Open Access is defined as the practice of providing online access to scientific information that is free of charge to the end user and that is reusable.
“All beneficiaries of H2020 funding must provide open access (free of charge, online access for any user) to all peer-reviewed publications by depositing them into a repository.”
Self-archiving / 'green' open access – the author, or a representative, archives (deposits) the published article or the final peer-reviewed manuscript in an online repository before, at the same time as, or after publication. Some publishers request that open access be granted only after an embargo period has elapsed. Self-archiving regulations differ between publishers. Authors have to check their publishing agreement to find out whether self-archiving is allowed.
Open access publishing / 'gold' open access - an article is immediately published in open access mode. In this model, the payment of publication costs is shifted away from subscribing readers. The most common business model is based on one-off payments by authors. These costs, often referred to as Article Processing Charges (APCs) are usually born by the researcher's university or research institute or the agency funding the research. In other cases, the costs of open access publishing are covered by subsidies or other funding models. Copyright will remain with the authors while a public license (usually Creative Commons license CC-BY) is applied to the article.
“The article must always be deposited in a repository, even if the gold route has been chosen.”

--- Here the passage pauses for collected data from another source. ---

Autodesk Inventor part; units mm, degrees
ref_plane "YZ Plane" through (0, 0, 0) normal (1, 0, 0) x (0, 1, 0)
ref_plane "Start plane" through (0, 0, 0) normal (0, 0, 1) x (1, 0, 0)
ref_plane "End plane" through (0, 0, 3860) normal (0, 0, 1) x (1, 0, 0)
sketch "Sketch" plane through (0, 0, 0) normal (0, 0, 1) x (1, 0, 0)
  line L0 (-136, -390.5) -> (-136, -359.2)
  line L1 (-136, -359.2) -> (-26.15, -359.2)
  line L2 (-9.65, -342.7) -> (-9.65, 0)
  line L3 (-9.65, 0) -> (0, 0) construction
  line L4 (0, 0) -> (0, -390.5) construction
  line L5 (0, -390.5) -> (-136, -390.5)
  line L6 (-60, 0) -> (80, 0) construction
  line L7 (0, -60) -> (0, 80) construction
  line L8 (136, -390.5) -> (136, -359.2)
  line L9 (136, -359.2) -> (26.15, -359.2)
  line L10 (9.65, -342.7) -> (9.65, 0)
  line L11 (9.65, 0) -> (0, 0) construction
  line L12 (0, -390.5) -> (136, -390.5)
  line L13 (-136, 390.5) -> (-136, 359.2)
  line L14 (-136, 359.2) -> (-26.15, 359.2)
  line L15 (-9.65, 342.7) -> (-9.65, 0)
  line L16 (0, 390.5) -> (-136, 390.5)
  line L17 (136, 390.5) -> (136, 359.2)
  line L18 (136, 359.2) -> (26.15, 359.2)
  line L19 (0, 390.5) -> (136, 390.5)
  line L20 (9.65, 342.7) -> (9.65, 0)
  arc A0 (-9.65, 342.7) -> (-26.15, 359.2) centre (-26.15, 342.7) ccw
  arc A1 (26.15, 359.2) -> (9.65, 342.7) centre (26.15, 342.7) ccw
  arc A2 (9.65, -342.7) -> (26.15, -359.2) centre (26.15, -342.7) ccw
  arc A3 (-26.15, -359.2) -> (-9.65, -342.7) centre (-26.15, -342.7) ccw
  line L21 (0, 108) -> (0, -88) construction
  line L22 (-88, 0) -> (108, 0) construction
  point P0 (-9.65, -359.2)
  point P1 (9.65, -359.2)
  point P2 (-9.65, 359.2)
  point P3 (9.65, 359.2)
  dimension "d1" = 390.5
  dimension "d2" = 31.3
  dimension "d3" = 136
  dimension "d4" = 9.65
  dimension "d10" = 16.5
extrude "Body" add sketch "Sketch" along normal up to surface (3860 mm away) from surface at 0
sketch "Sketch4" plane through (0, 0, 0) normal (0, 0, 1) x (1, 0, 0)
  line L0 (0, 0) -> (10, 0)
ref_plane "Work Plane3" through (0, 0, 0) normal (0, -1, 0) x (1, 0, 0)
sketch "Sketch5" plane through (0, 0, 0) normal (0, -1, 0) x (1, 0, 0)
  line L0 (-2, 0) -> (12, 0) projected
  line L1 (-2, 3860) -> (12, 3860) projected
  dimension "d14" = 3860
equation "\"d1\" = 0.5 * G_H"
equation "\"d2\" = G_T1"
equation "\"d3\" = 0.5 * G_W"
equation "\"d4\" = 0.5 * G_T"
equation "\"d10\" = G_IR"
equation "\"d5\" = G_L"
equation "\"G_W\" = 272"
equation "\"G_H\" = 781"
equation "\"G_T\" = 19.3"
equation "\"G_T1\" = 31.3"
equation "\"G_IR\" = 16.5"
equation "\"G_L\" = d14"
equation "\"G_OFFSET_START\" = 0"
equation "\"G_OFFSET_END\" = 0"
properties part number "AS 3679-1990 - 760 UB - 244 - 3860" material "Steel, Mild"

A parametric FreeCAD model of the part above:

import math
import FreeCAD as App
import Part
import Sketcher
Q = App.Units.Quantity

doc = App.newDocument("Part")
body = doc.addObject("PartDesign::Body", "Body")

# Sketch on XY plane
sketch1 = body.newObject("Sketcher::SketchObject", "Sketch")
sketch1.AttachmentSupport = (doc.getObject("XY_Plane"), [""])
sketch1.MapMode = "FlatFace"
sketch1.addGeometry([
    Part.LineSegment(App.Vector(-136, -359, 0), App.Vector(-136, -390, 0)),  # 0
    Part.LineSegment(App.Vector(-136, -390, 0), App.Vector(136, -390, 0)),  # 1
    Part.LineSegment(App.Vector(136, -390, 0), App.Vector(136, -359, 0)),  # 2
    Part.LineSegment(App.Vector(136, -359, 0), App.Vector(26, -359, 0)),  # 3
    Part.ArcOfCircle(Part.Circle(App.Vector(26, -343, 0), App.Vector(0, 0, 1), 16), math.radians(180), math.radians(270)),  # 4
    Part.LineSegment(App.Vector(10, -343, 0), App.Vector(10, 343, 0)),  # 5
    Part.ArcOfCircle(Part.Circle(App.Vector(26, 343, 0), App.Vector(0, 0, 1), 16), math.radians(90), math.radians(180)),  # 6
    Part.LineSegment(App.Vector(26, 359, 0), App.Vector(136, 359, 0)),  # 7
    Part.LineSegment(App.Vector(136, 359, 0), App.Vector(136, 390, 0)),  # 8
    Part.LineSegment(App.Vector(136, 390, 0), App.Vector(-136, 390, 0)),  # 9
    Part.LineSegment(App.Vector(-136, 390, 0), App.Vector(-136, 359, 0)),  # 10
    Part.LineSegment(App.Vector(-136, 359, 0), App.Vector(-26, 359, 0)),  # 11
    Part.ArcOfCircle(Part.Circle(App.Vector(-26, 343, 0), App.Vector(0, 0, 1), 16), math.radians(0), math.radians(90)),  # 12
    Part.LineSegment(App.Vector(-10, 343, 0), App.Vector(-10, -343, 0)),  # 13
    Part.ArcOfCircle(Part.Circle(App.Vector(-26, -343, 0), App.Vector(0, 0, 1), 16), math.radians(-90), math.radians(0)),  # 14
    Part.LineSegment(App.Vector(-26, -359, 0), App.Vector(-136, -359, 0)),  # 15
], False)
sketch1.addConstraint([
    Sketcher.Constraint("Coincident", 0, 2, 1, 1),
    Sketcher.Constraint("Coincident", 1, 2, 2, 1),
    Sketcher.Constraint("Coincident", 2, 2, 3, 1),
    Sketcher.Constraint("Tangent", 3, 2, 4, 2),
    Sketcher.Constraint("Tangent", 4, 1, 5, 1),
    Sketcher.Constraint("Tangent", 5, 2, 6, 2),
    Sketcher.Constraint("Tangent", 6, 1, 7, 1),
    Sketcher.Constraint("Coincident", 7, 2, 8, 1),
    Sketcher.Constraint("Coincident", 8, 2, 9, 1),
    Sketcher.Constraint("Coincident", 9, 2, 10, 1),
    Sketcher.Constraint("Coincident", 10, 2, 11, 1),
    Sketcher.Constraint("Tangent", 11, 2, 12, 2),
    Sketcher.Constraint("Tangent", 12, 1, 13, 1),
    Sketcher.Constraint("Tangent", 13, 2, 14, 2),
    Sketcher.Constraint("Tangent", 14, 1, 15, 1),
    Sketcher.Constraint("Coincident", 15, 2, 0, 1),
    Sketcher.Constraint("Vertical", 0),
    Sketcher.Constraint("Horizontal", 1),
    Sketcher.Constraint("Vertical", 2),
    Sketcher.Constraint("Horizontal", 3),
    Sketcher.Constraint("Vertical", 5),
    Sketcher.Constraint("Horizontal", 7),
    Sketcher.Constraint("Vertical", 8),
    Sketcher.Constraint("Horizontal", 9),
    Sketcher.Constraint("Vertical", 10),
    Sketcher.Constraint("Horizontal", 11),
    Sketcher.Constraint("Vertical", 13),
    Sketcher.Constraint("Horizontal", 15),
    Sketcher.Constraint("Equal", 4, 6),
    Sketcher.Constraint("Equal", 6, 12),
    Sketcher.Constraint("Equal", 12, 14),
    Sketcher.Constraint("Symmetric", 4, 3, 12, 3, -1, 1),
    Sketcher.Constraint("Symmetric", 0, 2, 8, 2, -1, 1),
    Sketcher.Constraint("Symmetric", 7, 2, 10, 2, -2),
    Sketcher.Constraint("Symmetric", 2, 2, 15, 2, -2),
    Sketcher.Constraint("Radius", 4, Q("16.5 mm")),
    Sketcher.Constraint("DistanceY", 0, 2, 0, 1, Q("31.3 mm")),
    Sketcher.Constraint("DistanceX", 0, 2, -1, 1, Q("136 mm")),
    Sketcher.Constraint("DistanceY", 0, 2, -1, 1, Q("390.5 mm")),
    Sketcher.Constraint("DistanceX", -1, 1, 4, 1, Q("9.65 mm")),
])
pad1 = body.newObject("PartDesign::Pad", "Pad")
pad1.Profile = sketch1
pad1.Length = 3860

doc.recompute()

Most common type of the Peer-reviewed scientific publication is the journal article. However, beneficiaries are strongly encouraged to provide OA to other types of scientific publications, including monographs, books, and conference proceedings. Depending on the type of journal in which your journal article has been published you may either deposit.
In a repository for scientific publications: institutional (Koç University Institutional Repository), subject-based (like ArXiv.org or Europe PubMed Central) or centralized repositories are all acceptable choices.
Koç University Institutional Repository works towards matching the requirements of Horizon 2020 in terms of metadata and compliance with the EU repository infrastructure OpenAire.
Mandate on OA to publications
Article 29.2 of the Model Grant Agreement sets out detailed legal requirements on open access to scientific publications: under Horizon 2020, each beneficiary must ensure OA to all peer-reviewed scientific publications relating to its results.
To meet this requirement, beneficiaries must, at the very least, ensure that any scientific peer-reviewed publications can be read online, downloaded and printed.